Commenting on this development, Spotify said,
“Consumption on Spotify in India reflects a good balance between international and local music. Within local music, the demand for film music continues to be steady, but what has grown substantially is the ecosystem around non-film, and specifically independent music. Several artists, even those who are predominantly associated with the film industry, released their non-film music more frequently over the last few months. On the platform side, Spotify has several playlists that feature this non-film music not just locally, but in curated playlists across other Spotify markets as well.”
Several indie labels have emerged to serve the needs of the booming indie music scene in India. This development along with the keen interest of radio stations, music distributors, and music streaming platforms, in indie music, has been an important component in the segment’s growth. They have provided artists a vital and stronger platform to break through the local and global music stages.
This has helped propel the music journey of new and local artists including Mali, Sanjeeta Bhattacharya, When Chai Met Toast, Dhruv Visvanath, and Hanita Bhambri.

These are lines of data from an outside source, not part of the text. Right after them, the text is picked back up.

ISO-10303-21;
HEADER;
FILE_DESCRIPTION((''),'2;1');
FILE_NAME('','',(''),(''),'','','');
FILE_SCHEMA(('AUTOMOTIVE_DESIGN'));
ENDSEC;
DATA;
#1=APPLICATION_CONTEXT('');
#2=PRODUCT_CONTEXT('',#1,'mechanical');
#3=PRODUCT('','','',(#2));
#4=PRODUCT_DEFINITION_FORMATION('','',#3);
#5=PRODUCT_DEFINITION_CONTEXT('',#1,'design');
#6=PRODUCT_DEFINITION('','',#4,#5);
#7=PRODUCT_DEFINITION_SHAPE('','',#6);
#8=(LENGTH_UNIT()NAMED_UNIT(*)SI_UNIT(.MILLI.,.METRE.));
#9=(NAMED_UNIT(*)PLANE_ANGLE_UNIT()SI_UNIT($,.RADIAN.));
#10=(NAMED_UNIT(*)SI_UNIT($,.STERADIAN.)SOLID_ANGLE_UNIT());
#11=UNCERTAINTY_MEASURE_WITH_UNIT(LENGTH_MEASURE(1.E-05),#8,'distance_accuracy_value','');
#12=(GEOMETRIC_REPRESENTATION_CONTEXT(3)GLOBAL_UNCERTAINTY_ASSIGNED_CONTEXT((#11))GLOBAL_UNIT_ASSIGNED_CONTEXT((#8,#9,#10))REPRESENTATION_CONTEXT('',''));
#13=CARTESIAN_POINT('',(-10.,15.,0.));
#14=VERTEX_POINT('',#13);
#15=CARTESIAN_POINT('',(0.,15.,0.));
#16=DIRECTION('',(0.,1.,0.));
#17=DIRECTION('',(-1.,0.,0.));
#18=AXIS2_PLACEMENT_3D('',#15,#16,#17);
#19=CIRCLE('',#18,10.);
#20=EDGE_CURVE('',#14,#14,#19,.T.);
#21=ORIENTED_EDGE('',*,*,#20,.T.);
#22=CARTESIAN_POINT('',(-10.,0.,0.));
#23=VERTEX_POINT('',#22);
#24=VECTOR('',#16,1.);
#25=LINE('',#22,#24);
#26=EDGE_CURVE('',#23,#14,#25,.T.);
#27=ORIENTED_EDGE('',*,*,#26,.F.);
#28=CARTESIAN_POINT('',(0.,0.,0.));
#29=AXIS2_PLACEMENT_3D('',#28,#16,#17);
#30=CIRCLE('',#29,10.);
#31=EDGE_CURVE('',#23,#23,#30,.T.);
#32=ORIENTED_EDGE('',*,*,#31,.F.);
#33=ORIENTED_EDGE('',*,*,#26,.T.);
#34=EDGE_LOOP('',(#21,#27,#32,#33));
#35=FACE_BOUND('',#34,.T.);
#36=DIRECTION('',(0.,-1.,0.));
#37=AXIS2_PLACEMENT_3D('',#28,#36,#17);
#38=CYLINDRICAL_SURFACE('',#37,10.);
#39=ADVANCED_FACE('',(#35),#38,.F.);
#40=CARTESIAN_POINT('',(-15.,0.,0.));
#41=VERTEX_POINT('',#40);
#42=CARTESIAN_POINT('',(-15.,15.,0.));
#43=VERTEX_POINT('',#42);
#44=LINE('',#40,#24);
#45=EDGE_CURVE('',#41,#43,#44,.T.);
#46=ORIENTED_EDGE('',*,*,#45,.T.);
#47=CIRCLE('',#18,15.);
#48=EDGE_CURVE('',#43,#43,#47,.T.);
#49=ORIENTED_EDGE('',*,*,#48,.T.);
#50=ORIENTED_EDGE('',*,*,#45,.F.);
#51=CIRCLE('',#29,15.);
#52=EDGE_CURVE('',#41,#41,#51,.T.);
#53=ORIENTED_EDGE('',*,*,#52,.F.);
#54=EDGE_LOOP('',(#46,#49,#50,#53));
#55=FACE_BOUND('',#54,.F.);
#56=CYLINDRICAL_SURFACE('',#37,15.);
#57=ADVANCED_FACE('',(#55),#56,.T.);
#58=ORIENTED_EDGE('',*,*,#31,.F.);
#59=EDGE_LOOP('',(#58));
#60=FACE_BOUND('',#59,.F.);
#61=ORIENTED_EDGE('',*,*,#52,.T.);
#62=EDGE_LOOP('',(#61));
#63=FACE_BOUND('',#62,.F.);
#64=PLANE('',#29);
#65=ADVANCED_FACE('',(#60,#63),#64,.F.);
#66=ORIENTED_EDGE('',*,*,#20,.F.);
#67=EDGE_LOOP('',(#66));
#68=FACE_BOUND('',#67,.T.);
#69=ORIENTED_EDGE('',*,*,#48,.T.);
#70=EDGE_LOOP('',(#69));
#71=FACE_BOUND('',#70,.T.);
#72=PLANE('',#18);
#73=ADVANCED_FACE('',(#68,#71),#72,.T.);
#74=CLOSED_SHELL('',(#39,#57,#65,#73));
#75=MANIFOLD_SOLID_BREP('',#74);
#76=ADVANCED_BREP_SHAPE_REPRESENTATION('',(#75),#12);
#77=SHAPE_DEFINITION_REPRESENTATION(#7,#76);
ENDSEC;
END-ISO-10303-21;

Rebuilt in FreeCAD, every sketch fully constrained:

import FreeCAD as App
import Part
import Sketcher
from FreeCAD import Vector
Q = App.Units.Quantity

doc = App.newDocument("Part")
body = doc.addObject("PartDesign::Body", "Body")

# Sketch on XZ plane
sketch1 = body.newObject("Sketcher::SketchObject", "Sketch")
sketch1.AttachmentSupport = (doc.getObject("XZ_Plane"), [""])
sketch1.MapMode = "FlatFace"
sketch1.addGeometry([
    Part.Circle(Vector(0, 0, 0), Vector(0, 0, 1), 15),
    Part.Circle(Vector(0, 0, 0), Vector(0, 0, 1), 10),
], False)
sketch1.addConstraint([
    Sketcher.Constraint("Coincident", 0, 3, -1, 1),
    Sketcher.Constraint("Coincident", 1, 3, -1, 1),
    Sketcher.Constraint("Diameter", 0, Q("30 mm")),
    Sketcher.Constraint("Diameter", 1, Q("20 mm")),
])
pad1 = body.newObject("PartDesign::Pad", "Pad")
pad1.Profile = sketch1
pad1.Length = 15
pad1.Reversed = True

doc.recompute()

“A lot of singer/songwriters or bands record their music at home and don’t have to visit a studio. This helped them record and release new content even during the pandemic. Along with this the roles of distribution companies, playlists and social media also helped. The independent musicians have a bunch of interesting music ready which the OTT platforms are keen to explore. Also film music is mostly recorded on a work for hire basis which wasn’t really possible. Things will change once film music makes a comeback but the lockdown has given us a loophole to squeeze in,” feels Ashwin Gopakumar, vocalist, When Chai Met Toast.

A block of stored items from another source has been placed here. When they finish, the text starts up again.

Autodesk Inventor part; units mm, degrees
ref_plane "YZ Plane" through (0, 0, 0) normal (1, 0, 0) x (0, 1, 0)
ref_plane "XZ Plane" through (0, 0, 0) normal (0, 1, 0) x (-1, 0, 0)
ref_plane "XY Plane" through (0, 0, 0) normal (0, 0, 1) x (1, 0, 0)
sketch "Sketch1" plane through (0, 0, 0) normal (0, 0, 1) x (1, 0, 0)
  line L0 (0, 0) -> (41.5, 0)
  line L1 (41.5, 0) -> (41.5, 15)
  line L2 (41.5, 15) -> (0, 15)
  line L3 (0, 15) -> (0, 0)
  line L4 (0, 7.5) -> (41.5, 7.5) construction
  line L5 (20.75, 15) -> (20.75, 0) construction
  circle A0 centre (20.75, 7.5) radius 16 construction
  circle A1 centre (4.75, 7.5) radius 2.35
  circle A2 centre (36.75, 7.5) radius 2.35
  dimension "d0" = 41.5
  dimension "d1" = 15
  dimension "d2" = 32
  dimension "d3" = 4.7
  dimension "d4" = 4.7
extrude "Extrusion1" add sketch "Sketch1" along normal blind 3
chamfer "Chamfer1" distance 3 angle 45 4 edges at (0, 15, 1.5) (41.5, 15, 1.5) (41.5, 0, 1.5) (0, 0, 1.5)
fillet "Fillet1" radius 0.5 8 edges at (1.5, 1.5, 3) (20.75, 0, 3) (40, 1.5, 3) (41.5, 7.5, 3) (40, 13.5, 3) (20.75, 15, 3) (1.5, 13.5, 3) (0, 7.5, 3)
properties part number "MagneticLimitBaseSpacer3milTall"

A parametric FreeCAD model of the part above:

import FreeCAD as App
import Part
import Sketcher

V = App.Vector
Q = App.Units.Quantity


def edges_at(feature, points):
    """Names of the edges that pass closest to the given points."""
    edges = feature.Shape.Edges
    near = lambda p: min(range(len(edges)), key=lambda i: edges[i].distToShape(Part.Vertex(*p))[0])
    return sorted({f"Edge{near(p) + 1}" for p in points})


def add_polygon(sketch, points):
    """Adds a closed chain of lines whose ends are joined by coincident constraints."""
    first, n = sketch.GeometryCount, len(points)
    for a, b in zip(points, points[1:] + points[:1]):
        sketch.addGeometry(Part.LineSegment(App.Vector(*a, 0), App.Vector(*b, 0)), False)
    for i in range(n):
        sketch.addConstraint(Sketcher.Constraint("Coincident", first + i, 2, first + (i + 1) % n, 1))

doc = App.newDocument("Part")
body = doc.addObject("PartDesign::Body", "Body")

sketch1 = body.newObject("Sketcher::SketchObject", "Sketch")
sketch1.AttachmentSupport = (doc.getObject("XY_Plane"), [""])
sketch1.MapMode = "FlatFace"
add_polygon(sketch1, [(0, 15), (0, 0), (41.5, 0), (41.5, 15)])
sketch1.addGeometry(Part.Circle(V(4.8, 7.5, 0), V(0, 0, 1), 2.4), False)
sketch1.addGeometry(Part.Circle(V(36.8, 7.5, 0), V(0, 0, 1), 2.4), False)
sketch1.addConstraint(Sketcher.Constraint("Vertical", 0))
sketch1.addConstraint(Sketcher.Constraint("Horizontal", 1))
sketch1.addConstraint(Sketcher.Constraint("Vertical", 2))
sketch1.addConstraint(Sketcher.Constraint("Horizontal", 3))
sketch1.addConstraint(Sketcher.Constraint("Coincident", 0, 2, -1, 1))
sketch1.addConstraint(Sketcher.Constraint("Equal", 4, 5))
sketch1.addConstraint(Sketcher.Constraint("Horizontal", 4, 3, 5, 3))
sketch1.addConstraint(Sketcher.Constraint("Diameter", 4, Q("4.7 mm")))
sketch1.addConstraint(Sketcher.Constraint("DistanceY", 0, 2, 0, 1, Q("15 mm")))
sketch1.addConstraint(Sketcher.Constraint("DistanceX", 1, 1, 1, 2, Q("41.5 mm")))
sketch1.addConstraint(Sketcher.Constraint("DistanceX", 4, 3, 5, 3, Q("32 mm")))
sketch1.addConstraint(Sketcher.Constraint("DistanceY", -1, 1, 4, 3, Q("7.5 mm")))
sketch1.addConstraint(Sketcher.Constraint("DistanceX", -1, 1, 4, 3, Q("4.75 mm")))
pad1 = body.newObject("PartDesign::Pad", "Pad")
pad1.Profile = sketch1
pad1.Length = 3
doc.recompute()

chamfer = body.newObject("PartDesign::Chamfer", "Chamfer")
chamfer.Base = (pad1, edges_at(pad1, [
    (0, 15, 1.5),
    (41.5, 15, 1.5),
    (41.5, 0, 1.5),
    (0, 0, 1.5),
]))
chamfer.Size = 3
doc.recompute()

fillet = body.newObject("PartDesign::Fillet", "Fillet")
fillet.Base = (chamfer, edges_at(chamfer, [
    (1.5, 1.5, 3),
    (20.75, 0, 3),
    (40, 1.5, 3),
    (41.5, 7.5, 3),
    (40, 13.5, 3),
    (20.75, 15, 3),
    (1.5, 13.5, 3),
    (0, 7.5, 3),
]))
fillet.Radius = 0.5

doc.recompute()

Will film music prevail in the end?
It remains an undisputed fact that film music has always ruled the charts and airwaves in the country. The high production quality along with star power gives it a huge advantage over the other sectors. Film music is and will continue to be popular in India. Recently many Bollywood music composers such as Amit Trivedi, Vishal Bhardwaj, Salim-Sulaiman, and singer Arijit Singh have also launched their own labels.
“The recorded music industry is like a Systematic Investment Plan (SIP). Value of a music IP will always grow. COVID 19 has changed some music consumption patterns and non-film music has done far better than film music. But the real reasons for it are far different from what may be publicly assumed,” stressed Mandar Thakur, COO, Times Music.
He further added,
“Non-film music has anyway been doing much better over last 2-3 years due to the sheer amount of talent we have and amazing songs that are being put out there by labels like us and many others. Platforms like YouTube and Tik Tok have supported this big time and reached regional markets like never before. Due credit must be given to them. COVID has nothing to do with non-film music doing better. However because of the sheer non-availability and non-releases of films, film music has been consumed less and non-film music has replaced some of those listening patterns. It is quite simple, people listen to what is put out there. Whilst search and recommendations certainly do play a role, there is nothing like upfront exposure to songs or genres to get them moving and listened to.”
It goes without saying that the independent music space has no dearth of talent. With the exposure, it has received recently and bigger industry players looking to explore this space, it remains to be seen if it can cope with film music when it makes a comeback.